Accuracy testing with Radar plot and Taylor plot

Fig. 7
figure 7

Test prediction based on different models

Conclusion

In this research, we have introduced a hybrid technique of the RF-CNN model for predicting agricultural volatile price index commodities. Potato WPI data was used for building such model. The traditional statistical time series model (ARIMA and GARCH model) was also studied to compare it with the machine learning model (SVM, LSTM, and CNN model). As the data set followed a volatile nature, the GARCH model performed better than the ARIMA model based on a lower goodness of fit value. The performance of the SVM model is at par with the statistical models. However after adopting the input lag selecting method using ACF and RF, the machine learning models performed well enough than the statistical models. We applied the LSTM and CNN model using the selected input lag feature estimated by ACF and RF. Our findings suggest that the RF-CNN model outperforms the other models in terms of error accuracy, with improvements of 67% for RMSE, 95% for MAPE, 63% for MAE and MASE for the training set, and more than 90% for the testing set for all goodness of fit.

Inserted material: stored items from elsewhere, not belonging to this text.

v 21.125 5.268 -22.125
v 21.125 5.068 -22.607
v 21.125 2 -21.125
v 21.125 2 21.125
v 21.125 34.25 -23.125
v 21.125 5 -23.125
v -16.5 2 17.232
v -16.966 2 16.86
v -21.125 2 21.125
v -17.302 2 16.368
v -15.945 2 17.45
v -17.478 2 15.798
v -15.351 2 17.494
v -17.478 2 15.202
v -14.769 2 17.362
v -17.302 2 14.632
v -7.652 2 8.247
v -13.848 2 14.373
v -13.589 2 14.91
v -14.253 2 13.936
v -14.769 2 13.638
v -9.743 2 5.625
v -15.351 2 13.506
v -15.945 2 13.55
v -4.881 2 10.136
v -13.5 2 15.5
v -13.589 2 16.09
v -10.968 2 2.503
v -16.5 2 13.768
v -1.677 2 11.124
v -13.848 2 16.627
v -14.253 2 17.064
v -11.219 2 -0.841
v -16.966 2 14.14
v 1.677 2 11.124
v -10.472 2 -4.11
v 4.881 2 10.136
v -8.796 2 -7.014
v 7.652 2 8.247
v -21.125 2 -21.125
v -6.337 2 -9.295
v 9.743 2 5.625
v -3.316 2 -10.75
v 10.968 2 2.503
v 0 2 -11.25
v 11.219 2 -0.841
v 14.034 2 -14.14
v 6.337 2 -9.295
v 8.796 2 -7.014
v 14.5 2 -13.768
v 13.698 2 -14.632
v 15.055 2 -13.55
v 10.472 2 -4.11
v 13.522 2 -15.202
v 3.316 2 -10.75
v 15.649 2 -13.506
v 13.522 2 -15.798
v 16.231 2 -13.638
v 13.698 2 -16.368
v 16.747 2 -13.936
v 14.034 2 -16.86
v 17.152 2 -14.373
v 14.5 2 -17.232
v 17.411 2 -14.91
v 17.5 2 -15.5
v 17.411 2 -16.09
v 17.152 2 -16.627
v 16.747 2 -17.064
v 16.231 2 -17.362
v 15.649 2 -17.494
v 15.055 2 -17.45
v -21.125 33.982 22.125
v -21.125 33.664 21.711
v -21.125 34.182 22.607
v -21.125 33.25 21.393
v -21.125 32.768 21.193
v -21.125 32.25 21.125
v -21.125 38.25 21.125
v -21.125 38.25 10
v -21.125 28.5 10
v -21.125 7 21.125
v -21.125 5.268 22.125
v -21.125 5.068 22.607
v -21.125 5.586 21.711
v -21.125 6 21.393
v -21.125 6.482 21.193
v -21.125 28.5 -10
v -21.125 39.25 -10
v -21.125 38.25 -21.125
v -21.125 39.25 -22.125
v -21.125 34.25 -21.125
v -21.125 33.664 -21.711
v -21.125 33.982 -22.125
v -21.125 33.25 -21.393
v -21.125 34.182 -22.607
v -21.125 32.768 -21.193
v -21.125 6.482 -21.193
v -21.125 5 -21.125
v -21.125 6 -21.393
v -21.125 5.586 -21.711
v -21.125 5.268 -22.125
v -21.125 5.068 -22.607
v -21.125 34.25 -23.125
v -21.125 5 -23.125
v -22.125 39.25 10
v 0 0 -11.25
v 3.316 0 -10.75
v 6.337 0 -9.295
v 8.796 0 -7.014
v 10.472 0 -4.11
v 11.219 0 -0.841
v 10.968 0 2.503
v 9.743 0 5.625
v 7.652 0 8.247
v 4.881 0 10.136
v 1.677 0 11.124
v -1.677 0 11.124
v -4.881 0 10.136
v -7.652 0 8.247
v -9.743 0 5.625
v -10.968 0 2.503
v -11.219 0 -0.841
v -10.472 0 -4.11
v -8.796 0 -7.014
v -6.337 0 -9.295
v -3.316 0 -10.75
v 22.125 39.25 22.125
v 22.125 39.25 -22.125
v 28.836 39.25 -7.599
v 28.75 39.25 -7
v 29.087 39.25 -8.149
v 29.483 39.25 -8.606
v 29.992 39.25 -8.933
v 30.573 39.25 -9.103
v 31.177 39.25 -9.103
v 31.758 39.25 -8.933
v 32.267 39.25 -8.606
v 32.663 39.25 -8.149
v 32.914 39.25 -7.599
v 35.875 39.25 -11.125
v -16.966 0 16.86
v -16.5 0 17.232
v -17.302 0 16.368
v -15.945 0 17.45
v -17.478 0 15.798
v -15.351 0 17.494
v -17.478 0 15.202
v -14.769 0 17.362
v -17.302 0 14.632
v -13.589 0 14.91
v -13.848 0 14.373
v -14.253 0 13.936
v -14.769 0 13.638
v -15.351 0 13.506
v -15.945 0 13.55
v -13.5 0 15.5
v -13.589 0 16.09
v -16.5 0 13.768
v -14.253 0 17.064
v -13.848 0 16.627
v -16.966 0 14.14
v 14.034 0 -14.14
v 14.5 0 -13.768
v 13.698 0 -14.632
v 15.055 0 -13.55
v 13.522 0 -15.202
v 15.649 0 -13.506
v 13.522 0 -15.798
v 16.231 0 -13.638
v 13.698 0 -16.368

This manuscript highlights the significance of accurate lag length selection for deep learning models (LSTM and CNN) for time series forecasting. We reviled a hybrid technique of RF-CNN to predict accurate volatile series. We anticipate our study will aid stakeholders and policymakers by giving reliable potato price forecasts. Also, our study adds to the expanding body of literature on machine learning models for time series.